• [DATA PROVIDED]
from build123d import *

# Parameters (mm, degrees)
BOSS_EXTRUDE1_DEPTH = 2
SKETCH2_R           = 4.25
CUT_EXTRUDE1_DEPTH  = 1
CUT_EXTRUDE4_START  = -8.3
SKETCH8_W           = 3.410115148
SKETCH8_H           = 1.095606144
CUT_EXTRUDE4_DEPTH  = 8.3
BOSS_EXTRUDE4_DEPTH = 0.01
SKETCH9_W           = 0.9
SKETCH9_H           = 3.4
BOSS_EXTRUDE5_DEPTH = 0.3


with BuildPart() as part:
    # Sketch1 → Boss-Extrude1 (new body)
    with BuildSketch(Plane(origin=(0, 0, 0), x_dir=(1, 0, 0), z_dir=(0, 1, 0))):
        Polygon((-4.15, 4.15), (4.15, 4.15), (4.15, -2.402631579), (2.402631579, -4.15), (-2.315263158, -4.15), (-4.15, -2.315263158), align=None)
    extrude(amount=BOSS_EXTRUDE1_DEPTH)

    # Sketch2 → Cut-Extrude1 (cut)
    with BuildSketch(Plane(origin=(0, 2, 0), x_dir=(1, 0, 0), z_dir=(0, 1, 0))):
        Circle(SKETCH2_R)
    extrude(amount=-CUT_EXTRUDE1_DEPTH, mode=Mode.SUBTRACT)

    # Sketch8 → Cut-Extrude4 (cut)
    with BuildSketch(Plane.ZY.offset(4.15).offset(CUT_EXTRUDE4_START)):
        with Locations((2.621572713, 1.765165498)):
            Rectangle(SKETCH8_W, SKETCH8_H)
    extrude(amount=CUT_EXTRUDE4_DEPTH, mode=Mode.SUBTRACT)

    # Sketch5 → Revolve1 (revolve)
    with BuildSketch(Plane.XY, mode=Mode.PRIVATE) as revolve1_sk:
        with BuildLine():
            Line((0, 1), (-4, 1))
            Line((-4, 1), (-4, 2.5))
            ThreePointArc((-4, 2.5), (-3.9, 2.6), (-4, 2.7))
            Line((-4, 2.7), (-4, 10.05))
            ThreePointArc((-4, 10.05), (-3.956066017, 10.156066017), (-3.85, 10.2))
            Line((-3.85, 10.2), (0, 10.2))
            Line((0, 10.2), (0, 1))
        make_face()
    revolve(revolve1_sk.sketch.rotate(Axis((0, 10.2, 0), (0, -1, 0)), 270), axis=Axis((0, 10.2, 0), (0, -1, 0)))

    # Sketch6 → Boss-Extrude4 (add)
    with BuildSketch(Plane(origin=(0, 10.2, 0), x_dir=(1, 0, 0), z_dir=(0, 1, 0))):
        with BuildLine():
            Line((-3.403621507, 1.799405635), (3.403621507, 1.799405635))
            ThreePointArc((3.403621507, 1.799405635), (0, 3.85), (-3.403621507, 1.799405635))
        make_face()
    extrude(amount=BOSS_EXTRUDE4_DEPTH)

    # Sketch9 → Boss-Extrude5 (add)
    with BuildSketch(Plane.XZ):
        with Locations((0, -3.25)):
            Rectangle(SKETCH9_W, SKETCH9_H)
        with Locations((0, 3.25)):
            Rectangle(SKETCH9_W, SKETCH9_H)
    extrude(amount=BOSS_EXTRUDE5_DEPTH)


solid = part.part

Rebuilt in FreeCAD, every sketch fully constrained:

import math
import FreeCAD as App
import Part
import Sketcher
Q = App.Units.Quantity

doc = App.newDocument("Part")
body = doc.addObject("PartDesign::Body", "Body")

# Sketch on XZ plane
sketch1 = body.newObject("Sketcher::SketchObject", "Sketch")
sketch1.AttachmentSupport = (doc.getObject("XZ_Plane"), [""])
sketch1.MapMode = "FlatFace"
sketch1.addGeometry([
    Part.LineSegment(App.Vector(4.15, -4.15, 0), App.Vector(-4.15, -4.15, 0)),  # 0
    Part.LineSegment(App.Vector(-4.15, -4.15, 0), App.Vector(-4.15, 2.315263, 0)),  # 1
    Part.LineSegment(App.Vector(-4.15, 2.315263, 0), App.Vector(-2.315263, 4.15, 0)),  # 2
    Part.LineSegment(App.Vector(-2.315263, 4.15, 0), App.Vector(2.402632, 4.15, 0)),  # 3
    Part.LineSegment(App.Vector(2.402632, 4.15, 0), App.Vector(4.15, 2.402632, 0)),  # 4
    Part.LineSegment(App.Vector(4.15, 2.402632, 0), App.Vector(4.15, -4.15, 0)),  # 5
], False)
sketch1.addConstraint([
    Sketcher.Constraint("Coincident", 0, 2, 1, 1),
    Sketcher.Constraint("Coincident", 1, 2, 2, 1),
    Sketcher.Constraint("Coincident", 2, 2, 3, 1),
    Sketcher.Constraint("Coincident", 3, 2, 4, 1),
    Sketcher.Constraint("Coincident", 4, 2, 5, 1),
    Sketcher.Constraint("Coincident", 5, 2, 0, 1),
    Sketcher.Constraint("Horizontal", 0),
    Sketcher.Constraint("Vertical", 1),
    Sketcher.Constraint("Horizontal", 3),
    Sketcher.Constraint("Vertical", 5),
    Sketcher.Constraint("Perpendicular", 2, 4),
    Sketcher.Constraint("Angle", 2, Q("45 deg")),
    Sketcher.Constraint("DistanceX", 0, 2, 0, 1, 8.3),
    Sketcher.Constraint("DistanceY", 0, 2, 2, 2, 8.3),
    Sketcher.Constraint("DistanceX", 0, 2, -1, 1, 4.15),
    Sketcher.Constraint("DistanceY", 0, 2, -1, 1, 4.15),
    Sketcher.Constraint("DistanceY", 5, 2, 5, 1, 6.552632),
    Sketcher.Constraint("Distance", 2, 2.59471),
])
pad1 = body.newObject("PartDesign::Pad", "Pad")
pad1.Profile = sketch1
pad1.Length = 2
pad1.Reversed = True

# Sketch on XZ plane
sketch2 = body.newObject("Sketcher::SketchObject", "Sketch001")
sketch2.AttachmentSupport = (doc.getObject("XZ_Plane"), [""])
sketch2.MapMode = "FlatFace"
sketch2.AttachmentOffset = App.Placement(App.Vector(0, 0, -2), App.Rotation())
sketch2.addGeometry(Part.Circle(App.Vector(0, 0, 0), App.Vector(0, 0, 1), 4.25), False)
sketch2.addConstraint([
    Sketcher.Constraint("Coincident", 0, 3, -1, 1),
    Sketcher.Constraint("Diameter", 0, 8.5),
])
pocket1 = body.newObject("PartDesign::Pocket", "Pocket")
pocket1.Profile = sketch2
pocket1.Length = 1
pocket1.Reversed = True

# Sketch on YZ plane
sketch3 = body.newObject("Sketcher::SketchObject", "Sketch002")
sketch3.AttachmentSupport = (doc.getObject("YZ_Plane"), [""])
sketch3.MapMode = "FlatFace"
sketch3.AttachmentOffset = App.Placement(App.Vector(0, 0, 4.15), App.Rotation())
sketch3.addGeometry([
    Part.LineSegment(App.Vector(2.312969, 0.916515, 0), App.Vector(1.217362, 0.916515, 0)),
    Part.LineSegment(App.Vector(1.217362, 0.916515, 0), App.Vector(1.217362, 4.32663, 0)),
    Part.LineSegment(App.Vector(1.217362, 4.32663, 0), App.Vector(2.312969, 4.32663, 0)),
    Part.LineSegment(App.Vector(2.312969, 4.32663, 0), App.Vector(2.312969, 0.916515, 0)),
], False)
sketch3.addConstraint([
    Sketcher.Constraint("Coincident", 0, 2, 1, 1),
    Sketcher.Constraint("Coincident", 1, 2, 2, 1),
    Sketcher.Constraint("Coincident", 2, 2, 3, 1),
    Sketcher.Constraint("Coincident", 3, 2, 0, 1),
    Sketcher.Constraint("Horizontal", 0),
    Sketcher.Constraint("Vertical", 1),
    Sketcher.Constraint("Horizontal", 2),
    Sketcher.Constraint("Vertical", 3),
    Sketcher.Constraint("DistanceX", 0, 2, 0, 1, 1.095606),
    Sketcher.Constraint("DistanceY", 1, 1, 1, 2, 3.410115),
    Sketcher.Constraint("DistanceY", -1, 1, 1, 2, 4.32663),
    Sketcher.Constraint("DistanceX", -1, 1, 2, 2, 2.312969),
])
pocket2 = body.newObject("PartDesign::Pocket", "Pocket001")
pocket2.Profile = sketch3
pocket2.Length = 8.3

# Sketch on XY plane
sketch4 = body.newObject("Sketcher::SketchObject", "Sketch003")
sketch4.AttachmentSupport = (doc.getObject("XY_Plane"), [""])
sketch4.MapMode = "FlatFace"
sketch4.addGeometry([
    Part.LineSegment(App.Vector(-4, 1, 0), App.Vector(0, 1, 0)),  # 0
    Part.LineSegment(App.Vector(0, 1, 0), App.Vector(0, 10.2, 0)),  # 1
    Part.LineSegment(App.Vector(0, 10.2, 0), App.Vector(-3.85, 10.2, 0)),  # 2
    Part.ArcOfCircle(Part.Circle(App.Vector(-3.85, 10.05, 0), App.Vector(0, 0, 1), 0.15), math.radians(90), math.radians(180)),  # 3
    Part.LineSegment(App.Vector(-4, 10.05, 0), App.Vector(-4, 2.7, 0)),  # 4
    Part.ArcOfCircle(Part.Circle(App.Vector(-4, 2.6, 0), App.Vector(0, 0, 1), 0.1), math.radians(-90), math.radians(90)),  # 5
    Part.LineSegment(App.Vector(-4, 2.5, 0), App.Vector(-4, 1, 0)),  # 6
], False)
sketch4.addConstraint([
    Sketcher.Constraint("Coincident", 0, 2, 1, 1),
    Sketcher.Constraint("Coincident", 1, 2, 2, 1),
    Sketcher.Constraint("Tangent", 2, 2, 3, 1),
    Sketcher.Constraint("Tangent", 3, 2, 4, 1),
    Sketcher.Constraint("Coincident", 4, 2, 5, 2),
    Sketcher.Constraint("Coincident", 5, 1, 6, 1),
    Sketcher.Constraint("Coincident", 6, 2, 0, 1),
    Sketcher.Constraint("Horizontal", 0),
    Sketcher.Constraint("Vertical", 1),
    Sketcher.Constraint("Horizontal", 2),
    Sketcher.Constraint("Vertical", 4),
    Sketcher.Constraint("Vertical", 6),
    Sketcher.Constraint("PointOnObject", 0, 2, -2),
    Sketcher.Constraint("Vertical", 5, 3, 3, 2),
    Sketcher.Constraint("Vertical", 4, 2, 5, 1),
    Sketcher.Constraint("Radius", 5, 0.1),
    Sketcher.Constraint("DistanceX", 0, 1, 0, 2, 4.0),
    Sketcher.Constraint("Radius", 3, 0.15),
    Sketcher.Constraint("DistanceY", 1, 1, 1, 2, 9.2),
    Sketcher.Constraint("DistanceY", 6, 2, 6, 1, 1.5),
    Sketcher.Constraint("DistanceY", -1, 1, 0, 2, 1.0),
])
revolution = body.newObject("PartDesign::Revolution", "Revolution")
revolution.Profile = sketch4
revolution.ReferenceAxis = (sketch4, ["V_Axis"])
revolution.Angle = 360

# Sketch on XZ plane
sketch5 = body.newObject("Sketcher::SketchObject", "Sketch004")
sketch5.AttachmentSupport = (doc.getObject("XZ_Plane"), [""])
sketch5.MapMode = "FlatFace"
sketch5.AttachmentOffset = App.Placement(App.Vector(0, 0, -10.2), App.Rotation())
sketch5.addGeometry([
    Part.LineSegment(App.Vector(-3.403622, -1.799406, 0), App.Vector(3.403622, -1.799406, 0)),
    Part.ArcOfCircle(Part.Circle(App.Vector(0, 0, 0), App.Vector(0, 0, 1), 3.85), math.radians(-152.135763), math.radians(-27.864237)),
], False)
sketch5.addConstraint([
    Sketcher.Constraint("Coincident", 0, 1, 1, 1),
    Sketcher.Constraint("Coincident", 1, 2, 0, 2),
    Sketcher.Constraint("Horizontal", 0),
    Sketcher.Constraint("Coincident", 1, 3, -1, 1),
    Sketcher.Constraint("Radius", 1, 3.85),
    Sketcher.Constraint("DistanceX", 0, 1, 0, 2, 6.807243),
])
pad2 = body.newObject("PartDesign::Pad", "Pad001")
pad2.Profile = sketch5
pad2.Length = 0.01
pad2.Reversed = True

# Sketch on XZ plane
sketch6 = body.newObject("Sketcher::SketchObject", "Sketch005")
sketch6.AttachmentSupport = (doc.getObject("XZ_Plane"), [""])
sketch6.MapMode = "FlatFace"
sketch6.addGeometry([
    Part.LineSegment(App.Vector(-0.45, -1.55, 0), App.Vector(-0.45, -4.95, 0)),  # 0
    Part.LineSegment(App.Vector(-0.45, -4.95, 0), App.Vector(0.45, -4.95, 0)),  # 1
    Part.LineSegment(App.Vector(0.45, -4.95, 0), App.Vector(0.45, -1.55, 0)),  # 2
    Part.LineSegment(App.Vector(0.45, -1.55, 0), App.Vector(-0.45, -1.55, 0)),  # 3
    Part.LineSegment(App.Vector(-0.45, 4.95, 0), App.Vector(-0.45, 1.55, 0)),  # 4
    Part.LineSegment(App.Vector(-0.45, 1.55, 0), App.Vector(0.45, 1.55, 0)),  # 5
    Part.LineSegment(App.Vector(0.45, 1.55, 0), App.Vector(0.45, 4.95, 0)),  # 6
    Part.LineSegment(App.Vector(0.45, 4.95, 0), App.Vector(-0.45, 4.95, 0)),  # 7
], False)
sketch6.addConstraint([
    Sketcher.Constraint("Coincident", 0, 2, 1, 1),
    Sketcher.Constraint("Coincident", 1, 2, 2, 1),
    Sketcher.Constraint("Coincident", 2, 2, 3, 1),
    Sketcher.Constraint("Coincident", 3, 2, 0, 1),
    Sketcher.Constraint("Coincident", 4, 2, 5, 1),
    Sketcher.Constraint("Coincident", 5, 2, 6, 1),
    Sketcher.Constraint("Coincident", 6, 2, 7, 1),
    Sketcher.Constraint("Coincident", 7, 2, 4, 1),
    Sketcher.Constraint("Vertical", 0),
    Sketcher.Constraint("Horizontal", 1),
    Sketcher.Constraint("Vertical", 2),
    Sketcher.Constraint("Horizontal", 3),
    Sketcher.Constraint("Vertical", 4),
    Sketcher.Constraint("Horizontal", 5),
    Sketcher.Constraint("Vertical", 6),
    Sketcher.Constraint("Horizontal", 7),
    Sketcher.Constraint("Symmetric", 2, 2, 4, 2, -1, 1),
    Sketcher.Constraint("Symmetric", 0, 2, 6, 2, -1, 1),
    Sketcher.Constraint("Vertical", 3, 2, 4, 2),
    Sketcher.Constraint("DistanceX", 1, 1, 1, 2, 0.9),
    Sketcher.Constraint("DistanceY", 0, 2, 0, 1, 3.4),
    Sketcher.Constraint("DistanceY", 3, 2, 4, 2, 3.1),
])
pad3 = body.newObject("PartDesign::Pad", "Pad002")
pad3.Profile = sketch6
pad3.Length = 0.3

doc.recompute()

• [TO DO] Proceeding from the line containing "ThreePointArc((-4, 2.5), (-3.9, 2.6), (-4, 2.7))" through the line containing "Line((-3.85, 10.2), (0, 10.2))", transcribe the lines above exactly, both end lines included.

• [TASK SOLUTION]
            ThreePointArc((-4, 2.5), (-3.9, 2.6), (-4, 2.7))
            Line((-4, 2.7), (-4, 10.05))
            ThreePointArc((-4, 10.05), (-3.956066017, 10.156066017), (-3.85, 10.2))
            Line((-3.85, 10.2), (0, 10.2))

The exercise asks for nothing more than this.